The entry_point can also be a python path to the class. For example, if HurdleRaceEnv could be imported using from posggym_examples.custom_envs import HurdleRaceEnv then we could set entry_point="posggym_examples.custom_envs:HurdleRaceEnv", and posggym will handle importing the class.
The keyword argument max_episode_steps=50 will ensure that HurdleRace environments that are instantiated via posggym.make will be wrapped in a TimeLimit wrapper see the wrapper documentation for more information. A done signal will then be produced if an agent has reached the end of their track or 50 steps have been executed in the current episode. To distinguish truncation and termination, the model outputs the terminated and truncated values.
Running the environment
Now that we have implemented our custom HurdleRace environment and registered it with posggym it’s time to take it for a spin.
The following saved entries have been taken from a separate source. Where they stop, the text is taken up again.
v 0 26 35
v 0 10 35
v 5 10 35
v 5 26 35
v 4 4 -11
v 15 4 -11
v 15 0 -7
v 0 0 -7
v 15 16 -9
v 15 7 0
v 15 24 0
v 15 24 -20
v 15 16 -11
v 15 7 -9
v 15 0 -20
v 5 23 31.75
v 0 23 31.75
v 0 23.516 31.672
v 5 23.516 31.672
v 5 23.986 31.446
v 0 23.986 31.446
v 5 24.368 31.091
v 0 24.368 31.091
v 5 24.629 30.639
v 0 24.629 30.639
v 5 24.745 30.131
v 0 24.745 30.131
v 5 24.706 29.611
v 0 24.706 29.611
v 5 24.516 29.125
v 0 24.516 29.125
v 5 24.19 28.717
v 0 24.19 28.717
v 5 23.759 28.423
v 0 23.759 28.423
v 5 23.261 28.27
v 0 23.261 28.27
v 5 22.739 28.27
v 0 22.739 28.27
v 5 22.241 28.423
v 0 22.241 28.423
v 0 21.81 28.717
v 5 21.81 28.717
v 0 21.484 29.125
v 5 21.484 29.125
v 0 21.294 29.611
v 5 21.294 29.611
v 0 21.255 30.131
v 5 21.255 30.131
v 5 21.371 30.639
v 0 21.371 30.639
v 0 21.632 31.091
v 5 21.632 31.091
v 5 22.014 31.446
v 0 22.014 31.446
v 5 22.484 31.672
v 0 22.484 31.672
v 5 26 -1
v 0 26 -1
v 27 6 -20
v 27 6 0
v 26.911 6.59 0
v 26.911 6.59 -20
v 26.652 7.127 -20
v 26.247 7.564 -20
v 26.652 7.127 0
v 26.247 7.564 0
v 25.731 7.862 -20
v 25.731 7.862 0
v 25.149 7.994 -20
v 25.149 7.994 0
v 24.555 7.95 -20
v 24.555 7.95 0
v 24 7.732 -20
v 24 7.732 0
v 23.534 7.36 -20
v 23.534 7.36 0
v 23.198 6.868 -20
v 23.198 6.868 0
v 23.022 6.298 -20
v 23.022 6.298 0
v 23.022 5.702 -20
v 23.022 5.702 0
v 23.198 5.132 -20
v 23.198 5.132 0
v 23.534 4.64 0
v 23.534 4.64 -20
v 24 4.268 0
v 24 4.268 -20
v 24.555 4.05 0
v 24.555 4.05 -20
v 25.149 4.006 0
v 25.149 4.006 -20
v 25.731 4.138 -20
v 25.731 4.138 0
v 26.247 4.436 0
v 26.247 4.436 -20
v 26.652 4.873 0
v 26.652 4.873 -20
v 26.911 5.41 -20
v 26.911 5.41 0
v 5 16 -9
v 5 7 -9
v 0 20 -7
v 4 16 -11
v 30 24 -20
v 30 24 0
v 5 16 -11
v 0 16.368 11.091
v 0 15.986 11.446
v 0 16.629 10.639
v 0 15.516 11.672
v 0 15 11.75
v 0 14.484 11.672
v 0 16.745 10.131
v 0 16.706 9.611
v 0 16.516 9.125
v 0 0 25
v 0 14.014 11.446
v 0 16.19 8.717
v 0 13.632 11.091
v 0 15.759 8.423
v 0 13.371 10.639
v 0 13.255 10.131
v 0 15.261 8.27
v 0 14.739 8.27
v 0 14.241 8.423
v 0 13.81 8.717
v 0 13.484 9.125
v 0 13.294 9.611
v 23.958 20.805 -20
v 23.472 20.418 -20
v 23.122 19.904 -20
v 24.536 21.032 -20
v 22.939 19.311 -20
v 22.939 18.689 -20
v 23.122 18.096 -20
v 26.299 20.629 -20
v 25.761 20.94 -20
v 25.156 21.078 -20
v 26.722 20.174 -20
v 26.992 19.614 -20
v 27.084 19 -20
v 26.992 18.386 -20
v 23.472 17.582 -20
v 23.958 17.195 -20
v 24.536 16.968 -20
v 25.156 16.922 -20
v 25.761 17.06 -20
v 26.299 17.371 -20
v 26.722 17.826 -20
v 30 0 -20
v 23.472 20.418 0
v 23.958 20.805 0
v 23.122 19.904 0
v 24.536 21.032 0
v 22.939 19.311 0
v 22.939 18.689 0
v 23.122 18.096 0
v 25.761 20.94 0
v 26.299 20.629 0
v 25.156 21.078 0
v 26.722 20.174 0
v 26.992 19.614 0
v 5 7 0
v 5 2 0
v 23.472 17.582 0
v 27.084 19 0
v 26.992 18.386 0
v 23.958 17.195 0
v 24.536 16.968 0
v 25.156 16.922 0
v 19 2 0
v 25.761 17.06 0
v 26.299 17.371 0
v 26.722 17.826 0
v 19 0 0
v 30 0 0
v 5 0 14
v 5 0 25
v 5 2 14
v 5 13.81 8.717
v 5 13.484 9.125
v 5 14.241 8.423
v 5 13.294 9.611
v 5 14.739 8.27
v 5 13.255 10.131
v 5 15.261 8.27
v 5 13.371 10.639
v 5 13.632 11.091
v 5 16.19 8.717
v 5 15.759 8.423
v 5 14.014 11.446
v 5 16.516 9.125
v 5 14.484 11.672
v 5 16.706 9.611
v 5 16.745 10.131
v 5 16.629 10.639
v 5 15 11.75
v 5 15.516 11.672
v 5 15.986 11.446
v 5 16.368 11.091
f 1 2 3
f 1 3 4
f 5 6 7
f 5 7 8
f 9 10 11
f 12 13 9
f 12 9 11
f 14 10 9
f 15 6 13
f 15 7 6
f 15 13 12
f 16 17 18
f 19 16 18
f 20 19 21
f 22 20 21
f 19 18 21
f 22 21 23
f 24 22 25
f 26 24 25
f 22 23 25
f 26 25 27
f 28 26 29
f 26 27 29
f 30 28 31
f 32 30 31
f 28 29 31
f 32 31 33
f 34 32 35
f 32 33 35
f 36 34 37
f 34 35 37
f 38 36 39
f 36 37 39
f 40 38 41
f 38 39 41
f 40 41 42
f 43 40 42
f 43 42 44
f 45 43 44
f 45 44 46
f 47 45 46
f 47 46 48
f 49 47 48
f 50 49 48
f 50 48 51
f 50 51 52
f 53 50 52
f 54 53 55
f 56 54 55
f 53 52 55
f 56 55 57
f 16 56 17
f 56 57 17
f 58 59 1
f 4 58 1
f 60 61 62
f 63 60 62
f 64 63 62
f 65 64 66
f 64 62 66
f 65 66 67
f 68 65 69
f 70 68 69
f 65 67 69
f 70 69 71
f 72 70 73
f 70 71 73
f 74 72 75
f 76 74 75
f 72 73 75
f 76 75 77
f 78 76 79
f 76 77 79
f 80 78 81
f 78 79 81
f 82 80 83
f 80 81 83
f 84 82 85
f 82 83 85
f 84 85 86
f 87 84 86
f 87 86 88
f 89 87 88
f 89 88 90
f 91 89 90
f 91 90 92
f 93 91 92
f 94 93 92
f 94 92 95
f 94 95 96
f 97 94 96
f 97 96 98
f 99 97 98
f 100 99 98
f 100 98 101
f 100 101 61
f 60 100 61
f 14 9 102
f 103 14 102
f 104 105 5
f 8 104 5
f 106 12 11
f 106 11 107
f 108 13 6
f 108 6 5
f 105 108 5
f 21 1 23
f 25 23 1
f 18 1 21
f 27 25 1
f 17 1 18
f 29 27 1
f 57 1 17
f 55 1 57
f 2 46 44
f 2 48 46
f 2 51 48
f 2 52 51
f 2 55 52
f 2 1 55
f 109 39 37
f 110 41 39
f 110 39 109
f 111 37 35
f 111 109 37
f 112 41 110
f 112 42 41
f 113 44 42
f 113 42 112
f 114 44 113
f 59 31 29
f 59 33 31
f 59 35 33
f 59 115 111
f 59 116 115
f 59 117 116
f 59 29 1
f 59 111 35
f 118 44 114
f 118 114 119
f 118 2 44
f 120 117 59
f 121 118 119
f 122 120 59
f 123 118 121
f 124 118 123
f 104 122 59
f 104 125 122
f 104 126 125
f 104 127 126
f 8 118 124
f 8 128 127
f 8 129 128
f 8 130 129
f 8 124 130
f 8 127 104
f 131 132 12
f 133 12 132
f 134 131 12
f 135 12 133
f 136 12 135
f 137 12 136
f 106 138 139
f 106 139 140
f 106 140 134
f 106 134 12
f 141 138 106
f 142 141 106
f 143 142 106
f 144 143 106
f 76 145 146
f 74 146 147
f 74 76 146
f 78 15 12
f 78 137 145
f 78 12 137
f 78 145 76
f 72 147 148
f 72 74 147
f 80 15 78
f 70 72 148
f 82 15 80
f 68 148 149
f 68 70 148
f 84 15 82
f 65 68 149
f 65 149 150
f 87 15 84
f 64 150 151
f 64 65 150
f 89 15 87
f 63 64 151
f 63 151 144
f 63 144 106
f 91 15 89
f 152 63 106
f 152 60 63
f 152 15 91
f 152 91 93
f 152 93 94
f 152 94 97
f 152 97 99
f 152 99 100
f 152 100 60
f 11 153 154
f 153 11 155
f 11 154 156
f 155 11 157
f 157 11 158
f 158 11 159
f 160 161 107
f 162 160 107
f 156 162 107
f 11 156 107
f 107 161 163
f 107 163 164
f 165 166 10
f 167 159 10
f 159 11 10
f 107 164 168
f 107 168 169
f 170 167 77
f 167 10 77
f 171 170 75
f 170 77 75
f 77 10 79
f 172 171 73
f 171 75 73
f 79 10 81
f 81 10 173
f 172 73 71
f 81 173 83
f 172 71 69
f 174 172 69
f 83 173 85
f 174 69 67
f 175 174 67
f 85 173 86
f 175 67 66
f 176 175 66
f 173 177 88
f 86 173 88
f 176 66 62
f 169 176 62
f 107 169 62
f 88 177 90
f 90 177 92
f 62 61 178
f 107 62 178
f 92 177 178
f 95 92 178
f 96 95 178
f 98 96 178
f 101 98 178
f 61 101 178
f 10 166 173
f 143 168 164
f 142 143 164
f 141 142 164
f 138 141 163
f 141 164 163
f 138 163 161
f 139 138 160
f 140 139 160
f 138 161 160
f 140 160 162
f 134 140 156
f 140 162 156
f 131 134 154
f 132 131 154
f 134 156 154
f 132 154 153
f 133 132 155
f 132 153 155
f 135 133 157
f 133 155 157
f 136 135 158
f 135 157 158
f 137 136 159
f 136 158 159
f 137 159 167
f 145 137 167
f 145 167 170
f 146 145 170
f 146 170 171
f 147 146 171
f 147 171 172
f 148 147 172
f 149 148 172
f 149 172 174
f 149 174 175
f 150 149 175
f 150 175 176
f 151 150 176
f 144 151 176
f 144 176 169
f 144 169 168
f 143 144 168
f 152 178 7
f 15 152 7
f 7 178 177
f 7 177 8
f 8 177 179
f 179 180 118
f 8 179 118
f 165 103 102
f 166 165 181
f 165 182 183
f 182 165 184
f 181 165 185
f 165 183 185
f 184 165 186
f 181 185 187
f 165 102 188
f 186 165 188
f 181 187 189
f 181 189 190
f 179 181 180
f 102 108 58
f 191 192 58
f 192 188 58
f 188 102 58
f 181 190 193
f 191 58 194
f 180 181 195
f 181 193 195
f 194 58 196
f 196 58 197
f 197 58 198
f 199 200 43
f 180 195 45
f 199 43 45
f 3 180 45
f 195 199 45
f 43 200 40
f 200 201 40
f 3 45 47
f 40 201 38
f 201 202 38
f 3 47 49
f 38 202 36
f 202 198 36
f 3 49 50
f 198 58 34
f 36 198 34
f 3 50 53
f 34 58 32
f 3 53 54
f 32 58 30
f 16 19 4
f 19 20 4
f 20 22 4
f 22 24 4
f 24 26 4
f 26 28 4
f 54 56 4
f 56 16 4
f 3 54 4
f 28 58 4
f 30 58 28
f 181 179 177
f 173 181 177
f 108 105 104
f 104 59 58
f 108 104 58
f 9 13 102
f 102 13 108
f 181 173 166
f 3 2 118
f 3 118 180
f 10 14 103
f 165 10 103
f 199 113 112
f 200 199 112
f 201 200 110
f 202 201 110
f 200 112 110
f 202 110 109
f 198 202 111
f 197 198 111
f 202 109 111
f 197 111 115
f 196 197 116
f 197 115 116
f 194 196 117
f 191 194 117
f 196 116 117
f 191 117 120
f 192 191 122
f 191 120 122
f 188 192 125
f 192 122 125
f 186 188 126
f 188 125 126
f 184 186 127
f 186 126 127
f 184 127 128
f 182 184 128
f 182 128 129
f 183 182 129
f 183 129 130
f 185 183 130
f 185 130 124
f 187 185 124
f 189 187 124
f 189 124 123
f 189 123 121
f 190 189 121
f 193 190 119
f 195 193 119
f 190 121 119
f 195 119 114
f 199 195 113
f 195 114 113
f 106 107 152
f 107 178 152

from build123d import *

# Parameters (mm, degrees)
EXTRUDE_1_DEPTH     = 12
CUT_EXTRUDE_1_REACH = 22
SKETCH_2_R          = 2
SKETCH_3_W          = 46
SKETCH_3_H          = 26
SKETCH_3_R          = 1.75
EXTRUDE_2_DEPTH     = 5
CHAMFER_1_SIZE      = 10
EXTRUDE_3_DEPTH     = 2
CHAMFER_2_SIZE      = 10
SKETCH_5_W          = 15
SKETCH_5_H          = 20
EXTRUDE_4_DEPTH     = 12
SKETCH_6_R          = 2.084127943
CUT_EXTRUDE_2_DEPTH = 21
SKETCH_7_W          = 10
SKETCH_7_H          = 5
CUT_EXTRUDE_3_DEPTH = 47
SKETCH_8_W          = 10
SKETCH_8_H          = 9
EXTRUDE_5_DEPTH     = 2
CHAMFER_3_SIZE      = 4


with BuildPart() as part:
    # Эскиз1 → Бобышка-Вытянуть1 (new body)
    with BuildSketch(Plane(origin=(0, 0, 0), x_dir=(1, 0, 0), z_dir=(0, 1, 0))):
        Polygon((0, 0), (0, 11), (15, 11), (15, 20), (30, 20), (30, 0), align=None)
    extrude(amount=EXTRUDE_1_DEPTH)

    # Эскиз2 → Вырез-Вытянуть1 (cut, up to next)
    with BuildSketch(Plane.XY, mode=Mode.PRIVATE) as cut_extrude_1_sk1:
        with Locations((25, 6)):
            Circle(SKETCH_2_R)
    cut_extrude_1_tool1 = extrude(cut_extrude_1_sk1.sketch, amount=-CUT_EXTRUDE_1_REACH, mode=Mode.PRIVATE) & part.part
    add(cut_extrude_1_tool1.solids().sort_by_distance((25, 6, 0))[0], mode=Mode.SUBTRACT)

    # Эскиз3 → Бобышка-Вытянуть2 (add)
    with BuildSketch(Plane.ZY):
        with Locations((12, 13)):
            Rectangle(SKETCH_3_W, SKETCH_3_H)
        with Locations((30, 23)):
            Circle(SKETCH_3_R, mode=Mode.SUBTRACT)
        with Locations((10, 15)):
            Circle(SKETCH_3_R, mode=Mode.SUBTRACT)
    extrude(amount=-EXTRUDE_2_DEPTH)

    # Фаска1
    chamfer_1_edges = [part.edges().sort_by_distance(p)[0] for p in [
        (2.5, 26, -11),
    ]]
    chamfer(chamfer_1_edges, length=CHAMFER_1_SIZE)

    # Эскиз4 → Бобышка-Вытянуть3 (add)
    with BuildSketch(Plane.XZ):
        Polygon((5, 14), (19, 0), (5, 0), align=None)
    extrude(amount=-EXTRUDE_3_DEPTH)

    # Фаска2
    chamfer_2_edges = [part.edges().sort_by_distance(p)[0] for p in [
        (2.5, 0, 35),
    ]]
    chamfer(chamfer_2_edges, length=CHAMFER_2_SIZE)

    # Эскиз5 → Бобышка-Вытянуть4 (add)
    with BuildSketch(Plane(origin=(0, 12, 0), x_dir=(1, 0, 0), z_dir=(0, 1, 0))):
        with Locations((22.5, 10)):
            Rectangle(SKETCH_5_W, SKETCH_5_H)
    extrude(amount=EXTRUDE_4_DEPTH)

    # Эскиз6 → Вырез-Вытянуть2 (cut, through all)
    with BuildSketch(Plane.XY):
        with Locations((25, 19)):
            Circle(SKETCH_6_R)
    extrude(amount=-CUT_EXTRUDE_2_DEPTH, mode=Mode.SUBTRACT)

    # Эскиз7 → Вырез-Вытянуть3 (cut, through all)
    with BuildSketch(Plane(origin=(0, 0, -11), x_dir=(-1, 0, 0), z_dir=(0, 0, -1))):
        with Locations((-10, 9.5)):
            Rectangle(SKETCH_7_W, SKETCH_7_H)
    extrude(amount=-CUT_EXTRUDE_3_DEPTH, mode=Mode.SUBTRACT)

    # Эскиз8 → Бобышка-Вытянуть5 (add)
    with BuildSketch(Plane(origin=(0, 0, -11), x_dir=(-1, 0, 0), z_dir=(0, 0, -1))):
        with Locations((-10, 11.5)):
            Rectangle(SKETCH_8_W, SKETCH_8_H)
    extrude(amount=-EXTRUDE_5_DEPTH)

    # Фаска3
    chamfer_3_edges = [part.edges().sort_by_distance(p)[0] for p in [
        (0, 8, -11),
        (7.5, 0, -11),
    ]]
    chamfer(chamfer_3_edges, length=CHAMFER_3_SIZE)


solid = part.part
Below we run it using random actions for each agent:
env = posggym.make("posggym_examples/HurdleRace-v0", render_mode="human")
env.reset()
for _ in range(300):
actions = {i: env.action_spaces[i].sample() for i in env.agents}
_, _, _, _, all_done, infos = env.step(actions)
env.render()
if all_done:
print("Episode done")
print(f"Outcome: '0'={infos['0']['outcome']}, '1'={infos['1']['outcome']}")
env.reset()
env.close()
The output should look something like this:
And there you have it, one new custom POSGGym environment.